- **EXERCISE OBJECTIVE**: Count every line in the data below where the word "Locations" appears, then state only that count.
*** Opening INFORMATION SUPPLIED ***
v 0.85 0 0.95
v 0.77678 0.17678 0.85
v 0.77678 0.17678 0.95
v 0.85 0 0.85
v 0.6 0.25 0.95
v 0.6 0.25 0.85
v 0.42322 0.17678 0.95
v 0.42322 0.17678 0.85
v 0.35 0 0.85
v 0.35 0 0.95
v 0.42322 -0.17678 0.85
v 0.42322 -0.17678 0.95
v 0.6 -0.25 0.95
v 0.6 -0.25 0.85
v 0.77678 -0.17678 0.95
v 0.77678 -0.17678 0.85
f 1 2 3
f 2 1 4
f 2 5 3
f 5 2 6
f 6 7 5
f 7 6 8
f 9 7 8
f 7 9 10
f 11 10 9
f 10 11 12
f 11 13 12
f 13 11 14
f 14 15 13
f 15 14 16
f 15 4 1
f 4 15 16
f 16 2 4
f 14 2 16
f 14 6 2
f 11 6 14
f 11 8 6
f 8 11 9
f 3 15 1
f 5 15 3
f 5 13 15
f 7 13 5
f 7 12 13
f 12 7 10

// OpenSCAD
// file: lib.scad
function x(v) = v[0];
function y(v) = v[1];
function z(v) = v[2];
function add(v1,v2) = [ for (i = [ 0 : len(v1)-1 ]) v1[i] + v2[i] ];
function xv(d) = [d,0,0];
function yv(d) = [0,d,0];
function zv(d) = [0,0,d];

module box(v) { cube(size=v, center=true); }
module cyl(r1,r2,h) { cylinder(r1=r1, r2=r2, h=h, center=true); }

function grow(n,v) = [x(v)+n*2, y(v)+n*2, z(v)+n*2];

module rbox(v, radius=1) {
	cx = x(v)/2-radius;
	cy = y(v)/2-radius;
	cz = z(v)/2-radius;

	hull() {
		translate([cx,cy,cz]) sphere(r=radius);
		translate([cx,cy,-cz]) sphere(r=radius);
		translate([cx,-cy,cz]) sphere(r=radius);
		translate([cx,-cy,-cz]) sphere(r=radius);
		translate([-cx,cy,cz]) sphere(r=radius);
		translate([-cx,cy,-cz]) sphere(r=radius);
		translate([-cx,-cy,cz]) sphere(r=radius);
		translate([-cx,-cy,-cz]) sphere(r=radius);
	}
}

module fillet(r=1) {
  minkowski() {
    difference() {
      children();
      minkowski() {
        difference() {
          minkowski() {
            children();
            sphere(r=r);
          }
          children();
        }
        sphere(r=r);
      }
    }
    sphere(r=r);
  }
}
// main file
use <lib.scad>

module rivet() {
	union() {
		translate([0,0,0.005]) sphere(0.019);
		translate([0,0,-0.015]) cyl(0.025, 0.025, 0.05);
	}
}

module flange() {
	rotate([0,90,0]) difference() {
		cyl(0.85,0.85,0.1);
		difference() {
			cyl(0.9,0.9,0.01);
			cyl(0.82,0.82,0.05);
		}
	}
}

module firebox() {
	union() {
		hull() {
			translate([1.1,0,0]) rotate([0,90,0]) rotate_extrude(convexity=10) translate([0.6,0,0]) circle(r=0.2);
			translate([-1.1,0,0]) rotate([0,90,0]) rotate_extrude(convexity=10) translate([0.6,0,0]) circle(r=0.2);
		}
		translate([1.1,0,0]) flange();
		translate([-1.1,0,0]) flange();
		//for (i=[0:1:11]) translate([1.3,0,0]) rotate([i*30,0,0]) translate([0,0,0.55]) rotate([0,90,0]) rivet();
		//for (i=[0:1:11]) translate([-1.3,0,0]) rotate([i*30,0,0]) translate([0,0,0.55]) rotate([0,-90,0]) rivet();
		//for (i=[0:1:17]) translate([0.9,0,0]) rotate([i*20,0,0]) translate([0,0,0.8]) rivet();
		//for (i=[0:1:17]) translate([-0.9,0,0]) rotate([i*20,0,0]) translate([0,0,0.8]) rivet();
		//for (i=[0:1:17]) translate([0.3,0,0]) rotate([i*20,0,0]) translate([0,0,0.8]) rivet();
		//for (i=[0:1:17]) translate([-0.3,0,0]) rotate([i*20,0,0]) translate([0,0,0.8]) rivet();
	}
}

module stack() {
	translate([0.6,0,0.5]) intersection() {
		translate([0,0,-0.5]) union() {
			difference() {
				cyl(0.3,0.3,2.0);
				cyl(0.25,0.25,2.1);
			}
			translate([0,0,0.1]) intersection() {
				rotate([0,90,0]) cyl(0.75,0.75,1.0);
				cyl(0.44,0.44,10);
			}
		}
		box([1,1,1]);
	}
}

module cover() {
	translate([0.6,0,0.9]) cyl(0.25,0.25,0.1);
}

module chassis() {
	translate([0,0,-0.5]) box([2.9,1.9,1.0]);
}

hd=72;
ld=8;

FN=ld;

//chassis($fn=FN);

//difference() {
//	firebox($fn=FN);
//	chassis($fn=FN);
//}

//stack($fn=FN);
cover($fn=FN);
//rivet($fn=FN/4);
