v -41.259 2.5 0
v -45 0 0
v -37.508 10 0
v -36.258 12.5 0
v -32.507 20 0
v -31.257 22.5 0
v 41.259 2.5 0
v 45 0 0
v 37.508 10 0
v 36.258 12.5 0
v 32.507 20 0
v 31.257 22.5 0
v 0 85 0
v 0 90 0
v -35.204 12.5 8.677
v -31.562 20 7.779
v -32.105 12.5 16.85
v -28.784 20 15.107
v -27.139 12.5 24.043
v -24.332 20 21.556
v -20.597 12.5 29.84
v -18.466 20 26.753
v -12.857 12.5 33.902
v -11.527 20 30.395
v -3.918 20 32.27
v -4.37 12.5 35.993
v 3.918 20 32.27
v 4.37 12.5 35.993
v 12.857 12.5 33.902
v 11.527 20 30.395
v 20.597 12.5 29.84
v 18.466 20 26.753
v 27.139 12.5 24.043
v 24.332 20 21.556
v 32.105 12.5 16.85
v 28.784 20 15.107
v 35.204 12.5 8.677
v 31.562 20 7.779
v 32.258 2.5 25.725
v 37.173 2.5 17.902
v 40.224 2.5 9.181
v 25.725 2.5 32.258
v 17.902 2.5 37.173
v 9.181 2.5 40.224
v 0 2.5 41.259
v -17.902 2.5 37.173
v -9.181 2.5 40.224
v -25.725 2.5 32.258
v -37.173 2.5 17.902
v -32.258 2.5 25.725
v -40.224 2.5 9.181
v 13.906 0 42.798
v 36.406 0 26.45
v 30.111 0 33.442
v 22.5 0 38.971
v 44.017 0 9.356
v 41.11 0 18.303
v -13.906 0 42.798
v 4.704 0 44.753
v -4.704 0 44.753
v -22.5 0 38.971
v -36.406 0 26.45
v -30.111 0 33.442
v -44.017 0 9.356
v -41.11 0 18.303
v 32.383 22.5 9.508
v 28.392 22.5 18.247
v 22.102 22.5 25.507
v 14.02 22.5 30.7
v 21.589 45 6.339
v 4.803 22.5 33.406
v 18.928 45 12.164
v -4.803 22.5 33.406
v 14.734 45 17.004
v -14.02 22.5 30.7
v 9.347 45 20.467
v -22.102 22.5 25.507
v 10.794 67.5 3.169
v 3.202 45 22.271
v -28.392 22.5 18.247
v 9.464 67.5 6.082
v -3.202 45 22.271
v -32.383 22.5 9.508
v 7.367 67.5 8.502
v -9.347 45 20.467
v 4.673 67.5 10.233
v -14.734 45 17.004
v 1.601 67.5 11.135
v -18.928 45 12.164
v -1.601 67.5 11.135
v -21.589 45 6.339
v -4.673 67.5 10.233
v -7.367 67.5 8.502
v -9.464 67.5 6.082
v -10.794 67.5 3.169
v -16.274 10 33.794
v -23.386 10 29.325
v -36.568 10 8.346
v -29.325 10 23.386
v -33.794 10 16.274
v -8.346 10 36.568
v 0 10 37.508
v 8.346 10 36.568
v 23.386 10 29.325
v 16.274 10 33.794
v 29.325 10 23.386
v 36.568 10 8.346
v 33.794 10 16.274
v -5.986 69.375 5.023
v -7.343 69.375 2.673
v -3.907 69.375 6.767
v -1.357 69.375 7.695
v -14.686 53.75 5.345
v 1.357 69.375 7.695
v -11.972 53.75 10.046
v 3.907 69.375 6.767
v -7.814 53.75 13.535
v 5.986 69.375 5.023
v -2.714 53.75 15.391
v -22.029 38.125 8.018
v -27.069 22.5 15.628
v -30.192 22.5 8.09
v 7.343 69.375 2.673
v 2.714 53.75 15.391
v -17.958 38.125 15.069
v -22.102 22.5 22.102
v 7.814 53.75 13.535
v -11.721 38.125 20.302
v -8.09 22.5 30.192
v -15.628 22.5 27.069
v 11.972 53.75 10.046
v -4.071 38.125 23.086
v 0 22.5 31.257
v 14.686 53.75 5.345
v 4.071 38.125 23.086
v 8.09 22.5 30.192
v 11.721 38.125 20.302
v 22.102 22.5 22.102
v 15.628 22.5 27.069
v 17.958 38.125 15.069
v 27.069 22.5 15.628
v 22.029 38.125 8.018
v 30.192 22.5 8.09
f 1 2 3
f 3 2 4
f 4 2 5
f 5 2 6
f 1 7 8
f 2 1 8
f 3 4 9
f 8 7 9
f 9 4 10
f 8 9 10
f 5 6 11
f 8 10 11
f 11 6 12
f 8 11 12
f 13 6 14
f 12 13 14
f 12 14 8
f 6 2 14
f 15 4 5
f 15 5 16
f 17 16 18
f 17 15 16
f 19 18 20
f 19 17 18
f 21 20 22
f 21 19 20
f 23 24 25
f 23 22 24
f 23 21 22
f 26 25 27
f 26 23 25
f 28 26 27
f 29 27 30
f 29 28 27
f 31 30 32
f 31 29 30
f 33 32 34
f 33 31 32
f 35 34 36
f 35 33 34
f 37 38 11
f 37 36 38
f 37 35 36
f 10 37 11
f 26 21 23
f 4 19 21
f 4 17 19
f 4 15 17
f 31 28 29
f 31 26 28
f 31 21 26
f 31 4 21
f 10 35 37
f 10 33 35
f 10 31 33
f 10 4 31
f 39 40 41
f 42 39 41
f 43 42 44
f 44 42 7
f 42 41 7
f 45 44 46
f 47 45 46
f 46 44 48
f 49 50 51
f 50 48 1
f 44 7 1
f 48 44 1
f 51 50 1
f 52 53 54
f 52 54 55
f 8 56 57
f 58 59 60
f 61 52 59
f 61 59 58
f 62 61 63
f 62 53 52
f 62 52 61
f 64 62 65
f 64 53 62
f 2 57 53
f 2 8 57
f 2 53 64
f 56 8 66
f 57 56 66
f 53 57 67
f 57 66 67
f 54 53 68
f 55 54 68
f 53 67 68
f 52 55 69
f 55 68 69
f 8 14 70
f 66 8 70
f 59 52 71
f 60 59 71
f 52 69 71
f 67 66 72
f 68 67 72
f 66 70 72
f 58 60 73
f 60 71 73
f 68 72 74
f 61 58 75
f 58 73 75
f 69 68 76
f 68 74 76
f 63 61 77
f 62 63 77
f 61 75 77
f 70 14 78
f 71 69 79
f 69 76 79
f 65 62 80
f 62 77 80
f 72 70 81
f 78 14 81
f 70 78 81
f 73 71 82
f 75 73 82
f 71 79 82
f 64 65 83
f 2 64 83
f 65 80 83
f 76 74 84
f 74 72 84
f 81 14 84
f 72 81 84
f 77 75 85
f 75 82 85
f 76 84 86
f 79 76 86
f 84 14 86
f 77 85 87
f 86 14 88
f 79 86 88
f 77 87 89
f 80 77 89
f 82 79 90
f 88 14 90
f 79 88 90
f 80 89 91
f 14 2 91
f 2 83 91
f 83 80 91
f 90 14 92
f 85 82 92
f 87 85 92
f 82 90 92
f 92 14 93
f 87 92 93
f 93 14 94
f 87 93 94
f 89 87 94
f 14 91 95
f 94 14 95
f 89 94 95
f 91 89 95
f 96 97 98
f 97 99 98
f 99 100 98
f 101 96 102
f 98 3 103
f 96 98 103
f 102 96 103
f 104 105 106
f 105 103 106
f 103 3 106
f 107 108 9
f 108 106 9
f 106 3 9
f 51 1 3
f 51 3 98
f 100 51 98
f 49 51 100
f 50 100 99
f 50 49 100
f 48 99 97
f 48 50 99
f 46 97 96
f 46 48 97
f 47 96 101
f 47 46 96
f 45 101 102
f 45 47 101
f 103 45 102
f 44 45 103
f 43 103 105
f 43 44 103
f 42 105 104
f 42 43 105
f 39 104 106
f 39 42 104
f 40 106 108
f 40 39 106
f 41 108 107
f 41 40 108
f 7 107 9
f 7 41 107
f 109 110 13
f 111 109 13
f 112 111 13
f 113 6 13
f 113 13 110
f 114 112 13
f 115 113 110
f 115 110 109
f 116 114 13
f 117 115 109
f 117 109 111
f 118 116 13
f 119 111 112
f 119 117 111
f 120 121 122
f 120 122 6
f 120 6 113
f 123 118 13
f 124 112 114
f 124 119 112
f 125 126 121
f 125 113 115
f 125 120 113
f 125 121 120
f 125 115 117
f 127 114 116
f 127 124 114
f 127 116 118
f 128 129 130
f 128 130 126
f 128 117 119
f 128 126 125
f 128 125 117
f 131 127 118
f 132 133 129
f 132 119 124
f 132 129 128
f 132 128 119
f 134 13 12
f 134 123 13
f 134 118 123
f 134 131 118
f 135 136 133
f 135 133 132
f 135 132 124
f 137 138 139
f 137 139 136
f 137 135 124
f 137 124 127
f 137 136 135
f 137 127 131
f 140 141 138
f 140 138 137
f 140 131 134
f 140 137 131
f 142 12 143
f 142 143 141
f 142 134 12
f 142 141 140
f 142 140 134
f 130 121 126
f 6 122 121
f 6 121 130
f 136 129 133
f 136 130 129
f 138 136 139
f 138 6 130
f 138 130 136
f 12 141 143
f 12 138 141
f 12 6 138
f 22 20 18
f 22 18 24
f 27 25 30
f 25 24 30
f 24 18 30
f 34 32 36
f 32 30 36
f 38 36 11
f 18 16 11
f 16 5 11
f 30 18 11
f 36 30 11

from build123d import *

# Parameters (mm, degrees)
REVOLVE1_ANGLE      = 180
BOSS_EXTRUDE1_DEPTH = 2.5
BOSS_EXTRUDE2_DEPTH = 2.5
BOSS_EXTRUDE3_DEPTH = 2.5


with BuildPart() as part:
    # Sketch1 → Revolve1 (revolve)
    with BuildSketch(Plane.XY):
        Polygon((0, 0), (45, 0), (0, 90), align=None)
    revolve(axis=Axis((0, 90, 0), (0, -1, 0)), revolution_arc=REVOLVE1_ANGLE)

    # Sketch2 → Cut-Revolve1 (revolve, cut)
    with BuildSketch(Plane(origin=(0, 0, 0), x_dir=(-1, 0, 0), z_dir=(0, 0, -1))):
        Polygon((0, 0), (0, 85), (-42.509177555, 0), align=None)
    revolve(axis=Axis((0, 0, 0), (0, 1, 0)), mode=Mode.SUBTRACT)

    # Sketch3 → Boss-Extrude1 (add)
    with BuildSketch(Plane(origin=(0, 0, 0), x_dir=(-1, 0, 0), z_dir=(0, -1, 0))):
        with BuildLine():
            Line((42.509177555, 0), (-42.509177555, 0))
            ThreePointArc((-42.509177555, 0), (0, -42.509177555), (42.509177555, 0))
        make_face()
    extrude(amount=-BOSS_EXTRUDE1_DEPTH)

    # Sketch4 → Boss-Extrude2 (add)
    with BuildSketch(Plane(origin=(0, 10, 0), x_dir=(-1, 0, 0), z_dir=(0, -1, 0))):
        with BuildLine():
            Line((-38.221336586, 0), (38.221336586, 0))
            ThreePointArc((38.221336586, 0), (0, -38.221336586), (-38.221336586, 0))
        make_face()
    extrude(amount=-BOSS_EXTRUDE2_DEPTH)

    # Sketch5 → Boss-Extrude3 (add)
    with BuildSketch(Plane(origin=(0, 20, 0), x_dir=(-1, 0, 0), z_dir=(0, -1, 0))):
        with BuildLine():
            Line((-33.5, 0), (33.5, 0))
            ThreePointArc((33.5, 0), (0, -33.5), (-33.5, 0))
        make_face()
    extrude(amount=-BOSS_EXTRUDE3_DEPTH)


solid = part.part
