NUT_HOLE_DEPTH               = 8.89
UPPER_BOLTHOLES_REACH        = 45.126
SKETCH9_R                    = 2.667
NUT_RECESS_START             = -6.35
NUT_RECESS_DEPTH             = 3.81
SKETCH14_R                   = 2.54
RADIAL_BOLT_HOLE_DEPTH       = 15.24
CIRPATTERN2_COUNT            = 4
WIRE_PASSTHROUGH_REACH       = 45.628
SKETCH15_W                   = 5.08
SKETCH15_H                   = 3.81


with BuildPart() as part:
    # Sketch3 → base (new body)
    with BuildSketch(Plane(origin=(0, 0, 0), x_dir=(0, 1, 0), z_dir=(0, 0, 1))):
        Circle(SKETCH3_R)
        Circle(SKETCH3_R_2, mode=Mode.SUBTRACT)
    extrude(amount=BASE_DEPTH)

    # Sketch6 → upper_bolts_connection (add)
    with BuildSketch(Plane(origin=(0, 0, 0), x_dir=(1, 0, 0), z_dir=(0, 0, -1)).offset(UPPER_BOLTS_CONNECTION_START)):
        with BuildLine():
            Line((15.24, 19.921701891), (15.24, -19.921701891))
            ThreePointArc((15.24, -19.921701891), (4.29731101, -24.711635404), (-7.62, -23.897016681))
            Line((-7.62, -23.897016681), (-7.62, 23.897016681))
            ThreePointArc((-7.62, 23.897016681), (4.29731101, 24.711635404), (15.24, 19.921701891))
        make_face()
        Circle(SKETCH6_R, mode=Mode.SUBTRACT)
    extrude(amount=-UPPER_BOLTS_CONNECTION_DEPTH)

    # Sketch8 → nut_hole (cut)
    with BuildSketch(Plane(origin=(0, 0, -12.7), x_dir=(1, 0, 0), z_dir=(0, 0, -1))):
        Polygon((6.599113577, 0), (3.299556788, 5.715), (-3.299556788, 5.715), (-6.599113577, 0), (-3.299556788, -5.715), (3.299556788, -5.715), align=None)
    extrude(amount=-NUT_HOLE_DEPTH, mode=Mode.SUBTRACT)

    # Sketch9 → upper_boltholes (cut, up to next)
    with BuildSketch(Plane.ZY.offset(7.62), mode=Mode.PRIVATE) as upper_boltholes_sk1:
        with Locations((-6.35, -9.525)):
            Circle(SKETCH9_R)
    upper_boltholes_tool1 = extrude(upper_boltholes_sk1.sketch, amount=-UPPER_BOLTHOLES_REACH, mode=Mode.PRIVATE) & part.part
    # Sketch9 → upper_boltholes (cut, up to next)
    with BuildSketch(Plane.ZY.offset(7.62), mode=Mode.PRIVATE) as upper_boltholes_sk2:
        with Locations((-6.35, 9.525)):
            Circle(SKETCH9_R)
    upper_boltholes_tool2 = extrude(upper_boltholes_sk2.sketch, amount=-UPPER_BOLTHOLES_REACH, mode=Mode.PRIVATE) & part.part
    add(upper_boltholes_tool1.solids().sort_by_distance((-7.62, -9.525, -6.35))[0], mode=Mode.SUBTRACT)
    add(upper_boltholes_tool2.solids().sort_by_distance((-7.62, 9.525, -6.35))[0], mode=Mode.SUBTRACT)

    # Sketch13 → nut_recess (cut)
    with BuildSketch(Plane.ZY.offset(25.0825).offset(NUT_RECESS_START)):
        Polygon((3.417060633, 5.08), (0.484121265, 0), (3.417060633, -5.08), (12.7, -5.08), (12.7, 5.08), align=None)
*** Closing INFORMATION SUPPLIED ***
- **YOUR SOLUTION**: 2